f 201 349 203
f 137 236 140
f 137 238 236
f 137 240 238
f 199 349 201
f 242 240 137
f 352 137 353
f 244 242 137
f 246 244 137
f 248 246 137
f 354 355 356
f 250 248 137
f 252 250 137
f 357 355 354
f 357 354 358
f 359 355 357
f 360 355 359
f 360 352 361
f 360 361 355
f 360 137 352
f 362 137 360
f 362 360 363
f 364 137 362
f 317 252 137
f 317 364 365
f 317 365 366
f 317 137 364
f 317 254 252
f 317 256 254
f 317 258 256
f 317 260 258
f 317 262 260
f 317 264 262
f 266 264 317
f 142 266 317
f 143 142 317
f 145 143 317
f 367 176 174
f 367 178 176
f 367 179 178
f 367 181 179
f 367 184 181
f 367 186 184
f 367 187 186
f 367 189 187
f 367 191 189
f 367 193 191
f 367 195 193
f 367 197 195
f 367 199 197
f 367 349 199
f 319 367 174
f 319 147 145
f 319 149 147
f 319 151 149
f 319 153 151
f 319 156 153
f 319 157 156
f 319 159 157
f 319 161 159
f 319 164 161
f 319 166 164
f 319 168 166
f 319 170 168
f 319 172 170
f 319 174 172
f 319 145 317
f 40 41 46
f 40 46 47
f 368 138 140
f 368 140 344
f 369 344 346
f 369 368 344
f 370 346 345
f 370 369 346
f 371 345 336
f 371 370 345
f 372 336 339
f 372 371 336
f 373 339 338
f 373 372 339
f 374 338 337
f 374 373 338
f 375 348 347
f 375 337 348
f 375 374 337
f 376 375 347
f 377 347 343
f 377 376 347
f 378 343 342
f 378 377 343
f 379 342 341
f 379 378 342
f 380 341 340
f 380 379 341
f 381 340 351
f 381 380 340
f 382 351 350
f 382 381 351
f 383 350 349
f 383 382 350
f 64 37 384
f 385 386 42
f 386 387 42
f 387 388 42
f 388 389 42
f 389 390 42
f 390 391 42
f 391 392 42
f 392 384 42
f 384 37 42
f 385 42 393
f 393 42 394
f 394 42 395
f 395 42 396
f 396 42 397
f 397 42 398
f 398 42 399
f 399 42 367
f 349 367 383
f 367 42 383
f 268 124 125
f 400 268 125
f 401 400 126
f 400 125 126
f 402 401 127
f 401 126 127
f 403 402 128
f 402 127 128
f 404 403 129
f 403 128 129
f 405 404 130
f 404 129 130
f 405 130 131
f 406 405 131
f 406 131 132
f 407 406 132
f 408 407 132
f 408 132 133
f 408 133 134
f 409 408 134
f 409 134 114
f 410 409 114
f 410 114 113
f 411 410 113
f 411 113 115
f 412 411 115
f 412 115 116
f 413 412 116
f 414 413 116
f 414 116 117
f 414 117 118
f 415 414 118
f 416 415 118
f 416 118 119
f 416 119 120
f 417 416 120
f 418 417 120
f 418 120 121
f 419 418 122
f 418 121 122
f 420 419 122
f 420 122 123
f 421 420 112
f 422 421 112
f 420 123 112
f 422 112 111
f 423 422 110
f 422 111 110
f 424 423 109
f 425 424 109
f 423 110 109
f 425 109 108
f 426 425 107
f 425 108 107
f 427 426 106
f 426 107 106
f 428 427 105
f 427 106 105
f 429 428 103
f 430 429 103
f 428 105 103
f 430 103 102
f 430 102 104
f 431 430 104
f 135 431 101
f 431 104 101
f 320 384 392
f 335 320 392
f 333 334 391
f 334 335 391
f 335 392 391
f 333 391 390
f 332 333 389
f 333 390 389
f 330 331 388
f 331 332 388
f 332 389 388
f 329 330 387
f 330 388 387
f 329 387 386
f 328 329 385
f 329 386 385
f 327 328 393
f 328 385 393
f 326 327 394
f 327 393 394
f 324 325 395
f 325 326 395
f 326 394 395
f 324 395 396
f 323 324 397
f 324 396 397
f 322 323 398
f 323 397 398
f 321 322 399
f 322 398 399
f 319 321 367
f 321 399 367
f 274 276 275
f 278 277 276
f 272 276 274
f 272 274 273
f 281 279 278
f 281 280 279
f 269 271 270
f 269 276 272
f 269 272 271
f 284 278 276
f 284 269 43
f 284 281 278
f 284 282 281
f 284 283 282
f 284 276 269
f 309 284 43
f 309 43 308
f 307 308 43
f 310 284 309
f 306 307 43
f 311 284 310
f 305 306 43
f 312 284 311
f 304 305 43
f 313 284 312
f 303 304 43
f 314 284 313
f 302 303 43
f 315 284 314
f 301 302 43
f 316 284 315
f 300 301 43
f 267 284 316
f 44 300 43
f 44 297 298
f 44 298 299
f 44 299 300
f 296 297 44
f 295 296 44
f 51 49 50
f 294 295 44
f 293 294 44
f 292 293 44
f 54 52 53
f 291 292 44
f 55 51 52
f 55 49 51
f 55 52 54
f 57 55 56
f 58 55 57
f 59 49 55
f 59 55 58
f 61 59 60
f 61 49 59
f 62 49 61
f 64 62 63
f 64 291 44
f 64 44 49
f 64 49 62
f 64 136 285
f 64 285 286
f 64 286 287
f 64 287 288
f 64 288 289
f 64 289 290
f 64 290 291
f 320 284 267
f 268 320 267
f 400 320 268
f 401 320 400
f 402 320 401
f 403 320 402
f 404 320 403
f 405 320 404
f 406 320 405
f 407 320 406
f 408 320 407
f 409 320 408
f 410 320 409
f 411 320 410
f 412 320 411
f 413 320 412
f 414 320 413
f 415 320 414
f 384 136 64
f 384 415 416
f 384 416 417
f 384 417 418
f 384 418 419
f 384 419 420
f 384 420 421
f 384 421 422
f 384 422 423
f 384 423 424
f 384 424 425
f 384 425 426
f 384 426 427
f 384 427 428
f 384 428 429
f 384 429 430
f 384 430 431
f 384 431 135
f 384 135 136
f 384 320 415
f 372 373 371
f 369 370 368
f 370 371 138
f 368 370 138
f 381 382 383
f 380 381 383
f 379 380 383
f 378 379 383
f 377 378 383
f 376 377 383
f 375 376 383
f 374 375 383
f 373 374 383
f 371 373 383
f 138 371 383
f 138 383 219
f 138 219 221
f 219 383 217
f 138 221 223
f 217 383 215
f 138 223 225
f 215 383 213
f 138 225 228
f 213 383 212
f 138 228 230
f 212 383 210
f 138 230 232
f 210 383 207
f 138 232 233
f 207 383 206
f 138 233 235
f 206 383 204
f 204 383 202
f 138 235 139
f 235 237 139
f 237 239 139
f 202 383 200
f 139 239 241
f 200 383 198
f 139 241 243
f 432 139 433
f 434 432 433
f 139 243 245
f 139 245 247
::::::::::
Make an exact copy of the data above.

# Output
f 201 349 203
f 137 236 140
f 137 238 236
f 137 240 238
f 199 349 201
f 242 240 137
f 352 137 353
f 244 242 137
f 246 244 137
f 248 246 137
f 354 355 356
f 250 248 137
f 252 250 137
f 357 355 354
f 357 354 358
f 359 355 357
f 360 355 359
f 360 352 361
f 360 361 355
f 360 137 352
f 362 137 360
f 362 360 363
f 364 137 362
f 317 252 137
f 317 364 365
f 317 365 366
f 317 137 364
f 317 254 252
f 317 256 254
f 317 258 256
f 317 260 258
f 317 262 260
f 317 264 262
f 266 264 317
f 142 266 317
f 143 142 317
f 145 143 317
f 367 176 174
f 367 178 176
f 367 179 178
f 367 181 179
f 367 184 181
f 367 186 184
f 367 187 186
f 367 189 187
f 367 191 189
f 367 193 191
f 367 195 193
f 367 197 195
f 367 199 197
f 367 349 199
f 319 367 174
f 319 147 145
f 319 149 147
f 319 151 149
f 319 153 151
f 319 156 153
f 319 157 156
f 319 159 157
f 319 161 159
f 319 164 161
f 319 166 164
f 319 168 166
f 319 170 168
f 319 172 170
f 319 174 172
f 319 145 317
f 40 41 46
f 40 46 47
f 368 138 140
f 368 140 344
f 369 344 346
f 369 368 344
f 370 346 345
f 370 369 346
f 371 345 336
f 371 370 345
f 372 336 339
f 372 371 336
f 373 339 338
f 373 372 339
f 374 338 337
f 374 373 338
f 375 348 347
f 375 337 348
f 375 374 337
f 376 375 347
f 377 347 343
f 377 376 347
f 378 343 342
f 378 377 343
f 379 342 341
f 379 378 342
f 380 341 340
f 380 379 341
f 381 340 351
f 381 380 340
f 382 351 350
f 382 381 351
f 383 350 349
f 383 382 350
f 64 37 384
f 385 386 42
f 386 387 42
f 387 388 42
f 388 389 42
f 389 390 42
f 390 391 42
f 391 392 42
f 392 384 42
f 384 37 42
f 385 42 393
f 393 42 394
f 394 42 395
f 395 42 396
f 396 42 397
f 397 42 398
f 398 42 399
f 399 42 367
f 349 367 383
f 367 42 383
f 268 124 125
f 400 268 125
f 401 400 126
f 400 125 126
f 402 401 127
f 401 126 127
f 403 402 128
f 402 127 128
f 404 403 129
f 403 128 129
f 405 404 130
f 404 129 130
f 405 130 131
f 406 405 131
f 406 131 132
f 407 406 132
f 408 407 132
f 408 132 133
f 408 133 134
f 409 408 134
f 409 134 114
f 410 409 114
f 410 114 113
f 411 410 113
f 411 113 115
f 412 411 115
f 412 115 116
f 413 412 116
f 414 413 116
f 414 116 117
f 414 117 118
f 415 414 118
f 416 415 118
f 416 118 119
f 416 119 120
f 417 416 120
f 418 417 120
f 418 120 121
f 419 418 122
f 418 121 122
f 420 419 122
f 420 122 123
f 421 420 112
f 422 421 112
f 420 123 112
f 422 112 111
f 423 422 110
f 422 111 110
f 424 423 109
f 425 424 109
f 423 110 109
f 425 109 108
f 426 425 107
f 425 108 107
f 427 426 106
f 426 107 106
f 428 427 105
f 427 106 105
f 429 428 103
f 430 429 103
f 428 105 103
f 430 103 102
f 430 102 104
f 431 430 104
f 135 431 101
f 431 104 101
f 320 384 392
f 335 320 392
f 333 334 391
f 334 335 391
f 335 392 391
f 333 391 390
f 332 333 389
f 333 390 389
f 330 331 388
f 331 332 388
f 332 389 388
f 329 330 387
f 330 388 387
f 329 387 386
f 328 329 385
f 329 386 385
f 327 328 393
f 328 385 393
f 326 327 394
f 327 393 394
f 324 325 395
f 325 326 395
f 326 394 395
f 324 395 396
f 323 324 397
f 324 396 397
f 322 323 398
f 323 397 398
f 321 322 399
f 322 398 399
f 319 321 367
f 321 399 367
f 274 276 275
f 278 277 276
f 272 276 274
f 272 274 273
f 281 279 278
f 281 280 279
f 269 271 270
f 269 276 272
f 269 272 271
f 284 278 276
f 284 269 43
f 284 281 278
f 284 282 281
f 284 283 282
f 284 276 269
f 309 284 43
f 309 43 308
f 307 308 43
f 310 284 309
f 306 307 43
f 311 284 310
f 305 306 43
f 312 284 311
f 304 305 43
f 313 284 312
f 303 304 43
f 314 284 313
f 302 303 43
f 315 284 314
f 301 302 43
f 316 284 315
f 300 301 43
f 267 284 316
f 44 300 43
f 44 297 298
f 44 298 299
f 44 299 300
f 296 297 44
f 295 296 44
f 51 49 50
f 294 295 44
f 293 294 44
f 292 293 44
f 54 52 53
f 291 292 44
f 55 51 52
f 55 49 51
f 55 52 54
f 57 55 56
f 58 55 57
f 59 49 55
f 59 55 58
f 61 59 60
f 61 49 59
f 62 49 61
f 64 62 63
f 64 291 44
f 64 44 49
f 64 49 62
f 64 136 285
f 64 285 286
f 64 286 287
f 64 287 288
f 64 288 289
f 64 289 290
f 64 290 291
f 320 284 267
f 268 320 267
f 400 320 268
f 401 320 400
f 402 320 401
f 403 320 402
f 404 320 403
f 405 320 404
f 406 320 405
f 407 320 406
f 408 320 407
f 409 320 408
f 410 320 409
f 411 320 410
f 412 320 411
f 413 320 412
f 414 320 413
f 415 320 414
f 384 136 64
f 384 415 416
f 384 416 417
f 384 417 418
f 384 418 419
f 384 419 420
f 384 420 421
f 384 421 422
f 384 422 423
f 384 423 424
f 384 424 425
f 384 425 426
f 384 426 427
f 384 427 428
f 384 428 429
f 384 429 430
f 384 430 431
f 384 431 135
f 384 135 136
f 384 320 415
f 372 373 371
f 369 370 368
f 370 371 138
f 368 370 138
f 381 382 383
f 380 381 383
f 379 380 383
f 378 379 383
f 377 378 383
f 376 377 383
f 375 376 383
f 374 375 383
f 373 374 383
f 371 373 383
f 138 371 383
f 138 383 219
f 138 219 221
f 219 383 217
f 138 221 223
f 217 383 215
f 138 223 225
f 215 383 213
f 138 225 228
f 213 383 212
f 138 228 230
f 212 383 210
f 138 230 232
f 210 383 207
f 138 232 233
f 207 383 206
f 138 233 235
f 206 383 204
f 204 383 202
f 138 235 139
f 235 237 139
f 237 239 139
f 202 383 200
f 139 239 241
f 200 383 198
f 139 241 243
f 432 139 433
f 434 432 433
f 139 243 245
f 139 245 247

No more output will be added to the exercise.